Today’s city has done away with the horse and chamber-pot leavings, but it still smells of the city’s occupants and wares. Concentrate as you walk down the street and you’ll notice the wash of odors out of open store doors, warmed inside and released in bursts by customers’ entrances and exits. People are perfumed with bottled fragrances—or the bodily odors that bespeak a lack of fragrances. But one can walk many miles in an American city without being hit by any specific smells. One of the responses to the overwhelming array of noxious odors in cities has been to try to do away with odors altogether (as “deodorization” implies) or to cover them. Ubiquitous chain stores homogenize cities, and there is a booming business of branded scented environments, in which retailers diffuse a fragrance intended to invoke “car showroom” or “fancy hotel.” The result may be the waning of the characteristic odor of a city. Should Paris stop smelling like bakeries and Gauloises, Vancouver like the spray of sea salt, or midtown New York of hot garbage and food carts’ emissions, some part of the place will disappear.

The British urban planner and designer Victoria Henshaw started thinking about characterizing—and perhaps commemorating—the remaining smellscapes. Building off the idea of city “soundwalks,” in which urban explorers actively listen instead of just listening in the background, Henshaw thought to bring the notion to collecting smells, too: smelling actively, searchingly, and intentionally—instead of passively and accidentally. McLean has used the noses of others, in addition to her own, to take off from Henshaw’s early, labor-intensive work.

On the street in Williamsburg, our group was slow to begin smelling. To rally us, McLean brought our attention to a handout she had prepared. Stay hydrated, it instructed. Find hidden corners. Be not embarrassed. Finally, “Sniffing in public is completely legal,” she thought to add.

Apparently, the activity is sufficiently nonstandard that she has had to consider this.

We set out at a meandering pace. On the sidewalk, among the generally steadfast and quick-footed New York City pedestrians, our group had a vaguely disoriented look. I came to learn that this is characteristic of those who are sniffing the air: a faraway, unfocused look to the eyes, head cocked or raised, expression somewhere between “Did I leave the oven on?” and “I just remembered a dream I had last night. I was in a car, with no pants . . .” Passersby step around you.

At our first “nose point” we formed a scrum of confused loiterers, nosing around for something to zoom in on. Stepping to the curb I got my first waft: a nose-pinching, clean-but-not-clean smell. A warm, scrubbed sidewalk: chlorine at battle with filth. Across the street, a food truck gave off an unmistakable taco-shell/chips smell: fried corn and used oil. The evening was sufficiently warm, we realized, to be full of smells: just as hot foods have more odor than cold, summer days have more odor than winter ones. Warmth makes many substances airborne, volatile, wafting up to meet any sniffing noses.

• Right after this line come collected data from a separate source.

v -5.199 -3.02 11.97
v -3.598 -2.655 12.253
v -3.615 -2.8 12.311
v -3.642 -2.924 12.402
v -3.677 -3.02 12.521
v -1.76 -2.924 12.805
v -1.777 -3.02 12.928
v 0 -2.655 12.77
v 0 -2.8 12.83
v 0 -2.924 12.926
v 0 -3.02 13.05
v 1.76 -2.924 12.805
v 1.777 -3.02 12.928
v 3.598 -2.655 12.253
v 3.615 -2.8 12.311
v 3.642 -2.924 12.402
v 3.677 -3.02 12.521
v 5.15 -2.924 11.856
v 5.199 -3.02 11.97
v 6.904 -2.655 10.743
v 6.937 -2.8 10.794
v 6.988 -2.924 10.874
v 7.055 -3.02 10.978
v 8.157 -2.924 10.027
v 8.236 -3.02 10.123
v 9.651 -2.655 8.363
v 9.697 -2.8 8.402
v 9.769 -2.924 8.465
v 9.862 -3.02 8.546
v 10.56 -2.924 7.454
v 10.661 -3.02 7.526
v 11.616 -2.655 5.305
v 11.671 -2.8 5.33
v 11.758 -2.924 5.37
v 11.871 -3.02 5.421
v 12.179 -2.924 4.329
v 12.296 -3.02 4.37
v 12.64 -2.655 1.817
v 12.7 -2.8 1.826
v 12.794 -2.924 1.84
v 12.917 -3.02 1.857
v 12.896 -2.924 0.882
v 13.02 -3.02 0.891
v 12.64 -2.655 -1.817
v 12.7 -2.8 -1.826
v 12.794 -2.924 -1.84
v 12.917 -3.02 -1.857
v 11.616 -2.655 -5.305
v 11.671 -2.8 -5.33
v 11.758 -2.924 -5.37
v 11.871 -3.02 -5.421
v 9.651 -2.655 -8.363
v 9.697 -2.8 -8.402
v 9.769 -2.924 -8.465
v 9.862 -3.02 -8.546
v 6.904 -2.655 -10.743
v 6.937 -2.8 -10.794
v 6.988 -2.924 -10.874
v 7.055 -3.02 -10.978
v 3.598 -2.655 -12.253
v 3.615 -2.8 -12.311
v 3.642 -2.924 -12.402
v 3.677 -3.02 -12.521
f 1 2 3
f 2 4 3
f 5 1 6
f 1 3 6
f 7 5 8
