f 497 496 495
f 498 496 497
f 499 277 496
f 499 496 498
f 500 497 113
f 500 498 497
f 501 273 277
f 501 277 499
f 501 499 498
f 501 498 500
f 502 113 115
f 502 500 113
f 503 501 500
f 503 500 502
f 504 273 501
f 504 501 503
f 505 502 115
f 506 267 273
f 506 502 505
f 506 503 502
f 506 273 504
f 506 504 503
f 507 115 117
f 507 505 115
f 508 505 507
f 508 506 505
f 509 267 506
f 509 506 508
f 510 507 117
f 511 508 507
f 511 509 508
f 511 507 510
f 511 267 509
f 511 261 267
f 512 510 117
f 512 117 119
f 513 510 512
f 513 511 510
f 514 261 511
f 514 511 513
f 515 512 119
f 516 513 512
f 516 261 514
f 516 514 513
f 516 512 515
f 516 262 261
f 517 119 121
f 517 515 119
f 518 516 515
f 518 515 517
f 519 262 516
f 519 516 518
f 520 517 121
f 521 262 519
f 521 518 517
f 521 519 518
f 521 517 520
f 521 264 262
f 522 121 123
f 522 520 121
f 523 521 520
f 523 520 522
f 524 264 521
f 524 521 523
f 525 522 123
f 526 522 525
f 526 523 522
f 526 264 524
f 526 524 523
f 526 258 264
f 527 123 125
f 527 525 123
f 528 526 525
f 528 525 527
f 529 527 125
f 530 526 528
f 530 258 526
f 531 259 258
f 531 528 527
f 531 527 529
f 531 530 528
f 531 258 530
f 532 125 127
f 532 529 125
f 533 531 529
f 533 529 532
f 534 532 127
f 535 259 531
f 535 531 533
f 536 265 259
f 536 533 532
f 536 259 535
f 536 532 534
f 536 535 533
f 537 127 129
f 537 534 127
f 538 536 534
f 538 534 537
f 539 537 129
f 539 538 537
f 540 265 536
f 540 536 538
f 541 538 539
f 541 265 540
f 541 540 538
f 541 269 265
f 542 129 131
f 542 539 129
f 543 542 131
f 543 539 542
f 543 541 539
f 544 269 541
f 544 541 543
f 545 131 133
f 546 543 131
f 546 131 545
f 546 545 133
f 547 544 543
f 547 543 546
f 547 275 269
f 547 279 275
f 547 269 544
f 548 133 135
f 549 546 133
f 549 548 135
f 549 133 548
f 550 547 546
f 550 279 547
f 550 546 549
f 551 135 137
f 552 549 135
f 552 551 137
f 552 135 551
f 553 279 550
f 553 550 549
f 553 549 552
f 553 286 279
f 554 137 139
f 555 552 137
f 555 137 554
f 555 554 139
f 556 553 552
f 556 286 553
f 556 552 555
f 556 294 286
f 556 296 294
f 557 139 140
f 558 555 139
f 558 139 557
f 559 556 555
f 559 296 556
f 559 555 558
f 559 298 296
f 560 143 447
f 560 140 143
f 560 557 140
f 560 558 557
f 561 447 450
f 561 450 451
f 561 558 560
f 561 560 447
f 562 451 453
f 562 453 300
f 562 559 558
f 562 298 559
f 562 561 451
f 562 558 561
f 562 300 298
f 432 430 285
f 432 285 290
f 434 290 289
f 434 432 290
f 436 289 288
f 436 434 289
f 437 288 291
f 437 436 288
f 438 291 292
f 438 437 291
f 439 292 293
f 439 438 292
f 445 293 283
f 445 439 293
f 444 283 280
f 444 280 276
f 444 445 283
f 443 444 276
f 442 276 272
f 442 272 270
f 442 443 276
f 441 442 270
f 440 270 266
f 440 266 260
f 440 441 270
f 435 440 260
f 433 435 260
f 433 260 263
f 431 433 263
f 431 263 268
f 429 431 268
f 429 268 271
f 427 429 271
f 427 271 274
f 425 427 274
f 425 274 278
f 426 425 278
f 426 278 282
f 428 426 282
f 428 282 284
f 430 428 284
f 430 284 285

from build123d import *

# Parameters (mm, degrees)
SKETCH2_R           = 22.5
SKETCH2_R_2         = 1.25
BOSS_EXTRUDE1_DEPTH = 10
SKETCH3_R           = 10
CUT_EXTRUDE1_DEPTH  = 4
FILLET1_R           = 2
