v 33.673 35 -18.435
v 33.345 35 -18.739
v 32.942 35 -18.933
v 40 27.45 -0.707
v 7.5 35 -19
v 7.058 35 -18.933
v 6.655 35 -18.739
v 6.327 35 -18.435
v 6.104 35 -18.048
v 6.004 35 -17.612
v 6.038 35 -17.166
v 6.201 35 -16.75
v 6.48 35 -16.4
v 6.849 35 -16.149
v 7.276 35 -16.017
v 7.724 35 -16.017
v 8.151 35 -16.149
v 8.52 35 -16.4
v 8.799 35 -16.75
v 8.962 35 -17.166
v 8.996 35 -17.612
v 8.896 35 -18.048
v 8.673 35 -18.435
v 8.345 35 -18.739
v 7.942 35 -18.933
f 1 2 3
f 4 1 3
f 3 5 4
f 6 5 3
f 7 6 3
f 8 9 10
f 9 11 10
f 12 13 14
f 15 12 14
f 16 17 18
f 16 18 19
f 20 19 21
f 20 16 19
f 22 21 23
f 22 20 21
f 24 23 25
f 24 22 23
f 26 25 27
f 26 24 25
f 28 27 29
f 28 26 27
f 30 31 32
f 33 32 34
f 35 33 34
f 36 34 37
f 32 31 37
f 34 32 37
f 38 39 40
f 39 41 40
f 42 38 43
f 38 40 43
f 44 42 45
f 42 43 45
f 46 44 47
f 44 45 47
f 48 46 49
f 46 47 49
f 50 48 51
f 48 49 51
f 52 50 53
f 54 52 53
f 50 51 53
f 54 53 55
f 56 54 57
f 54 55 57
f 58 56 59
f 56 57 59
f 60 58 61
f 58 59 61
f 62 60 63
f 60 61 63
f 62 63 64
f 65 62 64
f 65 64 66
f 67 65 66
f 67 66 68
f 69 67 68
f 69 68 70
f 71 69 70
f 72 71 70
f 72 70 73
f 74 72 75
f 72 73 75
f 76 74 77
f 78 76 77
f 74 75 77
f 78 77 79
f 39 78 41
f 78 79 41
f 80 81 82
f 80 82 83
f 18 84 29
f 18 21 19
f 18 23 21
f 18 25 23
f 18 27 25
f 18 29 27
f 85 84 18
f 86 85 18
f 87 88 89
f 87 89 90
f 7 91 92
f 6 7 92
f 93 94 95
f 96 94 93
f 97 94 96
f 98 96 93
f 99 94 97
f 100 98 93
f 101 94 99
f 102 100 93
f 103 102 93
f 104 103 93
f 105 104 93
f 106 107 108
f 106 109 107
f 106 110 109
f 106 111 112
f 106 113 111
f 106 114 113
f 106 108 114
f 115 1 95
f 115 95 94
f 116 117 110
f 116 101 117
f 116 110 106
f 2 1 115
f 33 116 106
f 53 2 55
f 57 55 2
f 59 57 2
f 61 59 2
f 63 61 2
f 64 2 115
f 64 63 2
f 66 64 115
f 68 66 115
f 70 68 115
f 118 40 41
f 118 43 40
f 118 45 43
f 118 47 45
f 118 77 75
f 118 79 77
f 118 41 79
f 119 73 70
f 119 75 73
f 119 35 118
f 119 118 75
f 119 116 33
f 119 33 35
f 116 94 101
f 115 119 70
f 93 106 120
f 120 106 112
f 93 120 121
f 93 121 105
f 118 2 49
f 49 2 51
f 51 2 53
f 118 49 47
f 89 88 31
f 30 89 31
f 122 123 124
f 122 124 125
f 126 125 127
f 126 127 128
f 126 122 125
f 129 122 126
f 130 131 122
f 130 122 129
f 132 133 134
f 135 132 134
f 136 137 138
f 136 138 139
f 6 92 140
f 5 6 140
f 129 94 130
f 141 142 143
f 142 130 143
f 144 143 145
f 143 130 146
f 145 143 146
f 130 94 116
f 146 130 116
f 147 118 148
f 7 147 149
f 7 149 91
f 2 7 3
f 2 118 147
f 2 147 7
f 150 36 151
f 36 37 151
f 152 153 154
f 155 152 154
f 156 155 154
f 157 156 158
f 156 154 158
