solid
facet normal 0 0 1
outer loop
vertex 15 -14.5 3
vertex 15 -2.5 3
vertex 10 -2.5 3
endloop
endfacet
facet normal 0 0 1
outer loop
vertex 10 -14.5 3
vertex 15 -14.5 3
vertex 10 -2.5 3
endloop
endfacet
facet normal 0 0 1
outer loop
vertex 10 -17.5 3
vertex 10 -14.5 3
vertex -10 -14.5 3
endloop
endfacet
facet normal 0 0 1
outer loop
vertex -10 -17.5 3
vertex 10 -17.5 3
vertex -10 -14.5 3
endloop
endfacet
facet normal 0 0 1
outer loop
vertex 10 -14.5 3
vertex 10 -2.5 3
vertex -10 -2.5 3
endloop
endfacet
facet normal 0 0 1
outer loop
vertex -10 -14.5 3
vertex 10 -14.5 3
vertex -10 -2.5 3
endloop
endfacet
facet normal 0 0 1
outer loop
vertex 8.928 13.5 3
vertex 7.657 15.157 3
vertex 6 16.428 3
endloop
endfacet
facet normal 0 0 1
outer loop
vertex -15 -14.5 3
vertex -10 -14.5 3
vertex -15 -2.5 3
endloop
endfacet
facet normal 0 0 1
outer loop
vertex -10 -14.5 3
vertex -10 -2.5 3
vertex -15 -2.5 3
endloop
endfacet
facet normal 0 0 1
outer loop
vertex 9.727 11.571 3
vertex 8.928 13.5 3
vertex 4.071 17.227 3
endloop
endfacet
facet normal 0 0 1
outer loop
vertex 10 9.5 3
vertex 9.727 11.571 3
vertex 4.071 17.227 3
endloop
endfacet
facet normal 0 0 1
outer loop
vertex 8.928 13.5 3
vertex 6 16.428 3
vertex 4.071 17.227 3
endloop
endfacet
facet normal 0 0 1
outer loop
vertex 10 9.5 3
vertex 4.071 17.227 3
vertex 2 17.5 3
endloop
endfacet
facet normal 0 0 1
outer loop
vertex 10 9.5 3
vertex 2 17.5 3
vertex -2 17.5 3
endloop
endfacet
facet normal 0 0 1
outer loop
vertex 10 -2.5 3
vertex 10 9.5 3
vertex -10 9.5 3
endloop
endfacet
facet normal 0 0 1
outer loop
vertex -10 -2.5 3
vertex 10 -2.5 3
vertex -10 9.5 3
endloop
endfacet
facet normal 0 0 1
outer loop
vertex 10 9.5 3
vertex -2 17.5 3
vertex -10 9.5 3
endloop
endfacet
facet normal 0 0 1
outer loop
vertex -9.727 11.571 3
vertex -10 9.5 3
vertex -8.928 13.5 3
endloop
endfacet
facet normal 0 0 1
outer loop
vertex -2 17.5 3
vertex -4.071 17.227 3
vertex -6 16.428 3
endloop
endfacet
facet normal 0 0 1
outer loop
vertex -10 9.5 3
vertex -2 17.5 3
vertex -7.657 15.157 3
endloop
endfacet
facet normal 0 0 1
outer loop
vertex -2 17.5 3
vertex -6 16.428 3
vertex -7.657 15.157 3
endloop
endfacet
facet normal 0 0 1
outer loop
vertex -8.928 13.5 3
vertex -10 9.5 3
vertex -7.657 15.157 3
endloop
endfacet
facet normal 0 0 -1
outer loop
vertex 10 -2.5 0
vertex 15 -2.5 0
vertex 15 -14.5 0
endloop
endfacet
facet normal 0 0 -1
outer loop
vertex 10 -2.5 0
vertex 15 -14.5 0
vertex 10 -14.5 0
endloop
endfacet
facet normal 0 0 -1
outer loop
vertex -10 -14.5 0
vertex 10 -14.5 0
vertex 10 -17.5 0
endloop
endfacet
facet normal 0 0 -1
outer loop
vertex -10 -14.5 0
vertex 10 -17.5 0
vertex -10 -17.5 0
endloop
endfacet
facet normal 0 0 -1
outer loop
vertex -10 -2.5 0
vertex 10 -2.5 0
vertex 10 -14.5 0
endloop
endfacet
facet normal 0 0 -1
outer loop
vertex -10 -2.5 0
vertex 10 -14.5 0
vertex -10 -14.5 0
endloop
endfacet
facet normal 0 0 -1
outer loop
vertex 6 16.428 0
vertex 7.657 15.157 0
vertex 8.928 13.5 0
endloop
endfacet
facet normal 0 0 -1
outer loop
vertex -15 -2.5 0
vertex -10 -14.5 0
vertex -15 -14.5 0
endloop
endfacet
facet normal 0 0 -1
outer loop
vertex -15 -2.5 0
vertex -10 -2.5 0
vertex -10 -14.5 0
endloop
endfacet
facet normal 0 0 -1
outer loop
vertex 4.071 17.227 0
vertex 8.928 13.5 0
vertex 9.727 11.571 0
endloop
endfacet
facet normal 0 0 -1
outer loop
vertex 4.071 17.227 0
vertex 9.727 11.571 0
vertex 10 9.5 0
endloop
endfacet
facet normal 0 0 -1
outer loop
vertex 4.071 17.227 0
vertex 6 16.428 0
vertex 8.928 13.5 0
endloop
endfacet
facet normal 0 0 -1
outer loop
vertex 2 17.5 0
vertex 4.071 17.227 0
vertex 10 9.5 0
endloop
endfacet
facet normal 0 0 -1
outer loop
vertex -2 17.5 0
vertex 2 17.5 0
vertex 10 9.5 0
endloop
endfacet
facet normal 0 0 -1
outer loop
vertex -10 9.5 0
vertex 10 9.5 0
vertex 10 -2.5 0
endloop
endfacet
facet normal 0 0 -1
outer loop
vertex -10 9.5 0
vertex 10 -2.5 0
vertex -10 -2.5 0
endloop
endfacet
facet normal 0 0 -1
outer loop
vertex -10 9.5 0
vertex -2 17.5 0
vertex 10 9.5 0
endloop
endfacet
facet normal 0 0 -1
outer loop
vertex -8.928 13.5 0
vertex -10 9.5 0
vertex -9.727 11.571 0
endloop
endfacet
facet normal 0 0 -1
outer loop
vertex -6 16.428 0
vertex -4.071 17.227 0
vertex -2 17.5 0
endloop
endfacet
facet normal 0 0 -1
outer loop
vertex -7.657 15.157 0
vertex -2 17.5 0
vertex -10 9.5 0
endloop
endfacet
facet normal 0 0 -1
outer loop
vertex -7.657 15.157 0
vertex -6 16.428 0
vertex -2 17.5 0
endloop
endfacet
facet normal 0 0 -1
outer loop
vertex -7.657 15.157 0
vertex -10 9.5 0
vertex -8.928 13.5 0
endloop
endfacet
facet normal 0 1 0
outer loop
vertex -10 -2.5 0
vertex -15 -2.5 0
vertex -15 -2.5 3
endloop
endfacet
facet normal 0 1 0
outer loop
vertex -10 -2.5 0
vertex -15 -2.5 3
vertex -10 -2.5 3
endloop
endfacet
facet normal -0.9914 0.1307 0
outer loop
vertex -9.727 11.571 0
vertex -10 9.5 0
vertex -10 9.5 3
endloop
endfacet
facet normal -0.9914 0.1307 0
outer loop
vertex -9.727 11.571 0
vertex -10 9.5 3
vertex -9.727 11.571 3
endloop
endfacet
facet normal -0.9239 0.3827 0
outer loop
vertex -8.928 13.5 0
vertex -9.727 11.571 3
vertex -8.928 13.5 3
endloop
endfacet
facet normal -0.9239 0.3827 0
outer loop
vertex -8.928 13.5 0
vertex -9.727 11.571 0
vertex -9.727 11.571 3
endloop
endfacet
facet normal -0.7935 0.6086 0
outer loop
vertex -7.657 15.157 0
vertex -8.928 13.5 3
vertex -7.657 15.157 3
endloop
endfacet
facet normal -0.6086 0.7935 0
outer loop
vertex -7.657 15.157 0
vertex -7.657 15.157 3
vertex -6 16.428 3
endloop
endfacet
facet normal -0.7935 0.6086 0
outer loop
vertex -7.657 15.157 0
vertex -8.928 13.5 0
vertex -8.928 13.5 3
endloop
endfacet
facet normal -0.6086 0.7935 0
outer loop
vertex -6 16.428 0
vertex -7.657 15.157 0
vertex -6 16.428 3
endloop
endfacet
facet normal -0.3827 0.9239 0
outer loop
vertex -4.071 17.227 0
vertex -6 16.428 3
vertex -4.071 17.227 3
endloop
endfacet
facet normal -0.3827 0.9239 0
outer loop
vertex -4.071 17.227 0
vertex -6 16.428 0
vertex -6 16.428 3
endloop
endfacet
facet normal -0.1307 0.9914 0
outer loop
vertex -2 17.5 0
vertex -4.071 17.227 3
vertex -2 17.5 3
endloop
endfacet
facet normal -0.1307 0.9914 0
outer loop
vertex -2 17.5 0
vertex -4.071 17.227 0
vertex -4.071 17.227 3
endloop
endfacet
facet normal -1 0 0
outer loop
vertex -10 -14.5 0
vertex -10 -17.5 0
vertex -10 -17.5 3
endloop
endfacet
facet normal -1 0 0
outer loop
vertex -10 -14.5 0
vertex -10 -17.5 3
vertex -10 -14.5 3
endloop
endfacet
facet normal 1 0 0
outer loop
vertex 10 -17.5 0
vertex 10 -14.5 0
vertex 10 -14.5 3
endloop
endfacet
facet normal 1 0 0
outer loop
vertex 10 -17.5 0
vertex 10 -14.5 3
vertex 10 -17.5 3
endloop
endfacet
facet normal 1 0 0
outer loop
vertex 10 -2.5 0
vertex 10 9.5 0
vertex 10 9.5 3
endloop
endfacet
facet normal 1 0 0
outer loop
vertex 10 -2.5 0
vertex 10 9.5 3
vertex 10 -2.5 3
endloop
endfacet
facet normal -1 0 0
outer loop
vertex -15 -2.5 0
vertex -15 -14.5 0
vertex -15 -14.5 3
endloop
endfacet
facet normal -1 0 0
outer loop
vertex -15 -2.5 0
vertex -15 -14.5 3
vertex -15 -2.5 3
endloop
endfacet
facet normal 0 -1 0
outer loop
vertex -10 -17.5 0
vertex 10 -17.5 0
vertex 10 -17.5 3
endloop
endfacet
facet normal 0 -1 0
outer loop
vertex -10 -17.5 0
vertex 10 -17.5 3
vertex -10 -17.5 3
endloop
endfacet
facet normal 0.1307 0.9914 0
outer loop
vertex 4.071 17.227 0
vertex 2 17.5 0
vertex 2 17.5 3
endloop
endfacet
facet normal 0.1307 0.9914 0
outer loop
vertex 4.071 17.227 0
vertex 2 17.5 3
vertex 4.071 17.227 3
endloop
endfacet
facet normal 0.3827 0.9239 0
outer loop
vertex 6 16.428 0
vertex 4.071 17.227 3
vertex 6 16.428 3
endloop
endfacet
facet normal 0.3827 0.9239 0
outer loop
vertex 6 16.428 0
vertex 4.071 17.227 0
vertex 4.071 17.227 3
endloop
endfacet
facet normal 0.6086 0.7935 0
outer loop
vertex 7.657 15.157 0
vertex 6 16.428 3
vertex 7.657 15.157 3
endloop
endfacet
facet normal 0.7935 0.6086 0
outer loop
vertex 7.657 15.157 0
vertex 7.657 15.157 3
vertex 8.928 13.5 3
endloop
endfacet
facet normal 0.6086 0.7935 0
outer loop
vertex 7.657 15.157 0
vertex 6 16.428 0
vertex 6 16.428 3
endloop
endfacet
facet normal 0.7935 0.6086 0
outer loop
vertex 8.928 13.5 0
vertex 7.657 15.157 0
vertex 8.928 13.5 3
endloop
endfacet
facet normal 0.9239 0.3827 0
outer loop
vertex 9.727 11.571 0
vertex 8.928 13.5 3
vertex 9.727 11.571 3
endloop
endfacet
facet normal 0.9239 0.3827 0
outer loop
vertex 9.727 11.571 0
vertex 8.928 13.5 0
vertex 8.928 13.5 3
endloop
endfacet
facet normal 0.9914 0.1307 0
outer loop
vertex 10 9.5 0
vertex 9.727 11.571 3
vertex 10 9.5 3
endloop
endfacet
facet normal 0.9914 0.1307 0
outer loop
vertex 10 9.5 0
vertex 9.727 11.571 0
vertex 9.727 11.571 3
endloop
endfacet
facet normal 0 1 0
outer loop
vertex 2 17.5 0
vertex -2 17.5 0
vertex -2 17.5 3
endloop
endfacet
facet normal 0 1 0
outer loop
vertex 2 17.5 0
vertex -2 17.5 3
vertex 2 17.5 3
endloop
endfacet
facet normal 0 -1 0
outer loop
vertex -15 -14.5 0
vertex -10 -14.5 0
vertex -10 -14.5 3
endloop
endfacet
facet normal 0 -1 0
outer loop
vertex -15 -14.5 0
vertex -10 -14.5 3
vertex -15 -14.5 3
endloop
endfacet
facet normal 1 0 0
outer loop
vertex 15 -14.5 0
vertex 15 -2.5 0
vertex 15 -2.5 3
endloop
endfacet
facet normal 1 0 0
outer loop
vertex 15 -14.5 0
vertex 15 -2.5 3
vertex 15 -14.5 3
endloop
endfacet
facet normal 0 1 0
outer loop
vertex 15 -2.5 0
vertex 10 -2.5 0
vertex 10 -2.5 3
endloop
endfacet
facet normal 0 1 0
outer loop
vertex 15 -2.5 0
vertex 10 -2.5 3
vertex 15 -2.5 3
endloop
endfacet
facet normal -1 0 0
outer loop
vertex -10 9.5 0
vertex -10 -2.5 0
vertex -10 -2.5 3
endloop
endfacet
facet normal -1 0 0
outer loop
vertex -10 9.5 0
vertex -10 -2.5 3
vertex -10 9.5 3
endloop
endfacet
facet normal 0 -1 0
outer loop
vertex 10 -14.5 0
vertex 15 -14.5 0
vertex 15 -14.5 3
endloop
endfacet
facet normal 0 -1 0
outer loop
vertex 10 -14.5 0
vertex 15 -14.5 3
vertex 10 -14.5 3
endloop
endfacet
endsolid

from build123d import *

# Parameters (mm, degrees)
SALIENTE_EXTRUIR1_DEPTH = 3


with BuildPart() as part:
    # Croquis1 → Saliente-Extruir1 (new body)
    with BuildSketch(Plane.XY):
        with BuildLine():
            Line((-10, -2.5), (-10, 9.5))
            ThreePointArc((-10, 9.5), (-7.656854249, 15.156854249), (-2, 17.5))
            Line((-2, 17.5), (2, 17.5))
            ThreePointArc((2, 17.5), (7.656854249, 15.156854249), (10, 9.5))
            Line((10, 9.5), (10, -2.5))
            Line((10, -2.5), (15, -2.5))
            Line((15, -2.5), (15, -14.5))
            Line((15, -14.5), (10, -14.5))
            Line((10, -14.5), (10, -17.5))
            Line((10, -17.5), (-10, -17.5))
            Line((-10, -17.5), (-10, -14.5))
            Line((-10, -14.5), (-15, -14.5))
            Line((-15, -14.5), (-15, -2.5))
            Line((-15, -2.5), (-10, -2.5))
        make_face()
    extrude(amount=SALIENTE_EXTRUIR1_DEPTH)


solid = part.part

Our group began to self-organize, alternating poses by curb and by building, sniffing, then scribbling down a report. By the next street we were all but choreographed in our movements, flocking in pairs to local landmarks—a tree, an outdoor bench, an exhaust fan—and pointing our noses in unison into the air. People themselves become clues as to where to sniff. A photographer who had traveled with McLean from the UK, Sam Vale, bent under a bench backed against a food shop. I followed his nose. Wheatgrass (source: juice shop) prevailed on the sidewalk. But at the altitude of the bench, the pith of a leaf mixed with a definite spring-onion smell coming out of the exhaust fan. “This smells amazing!” he said and smiled.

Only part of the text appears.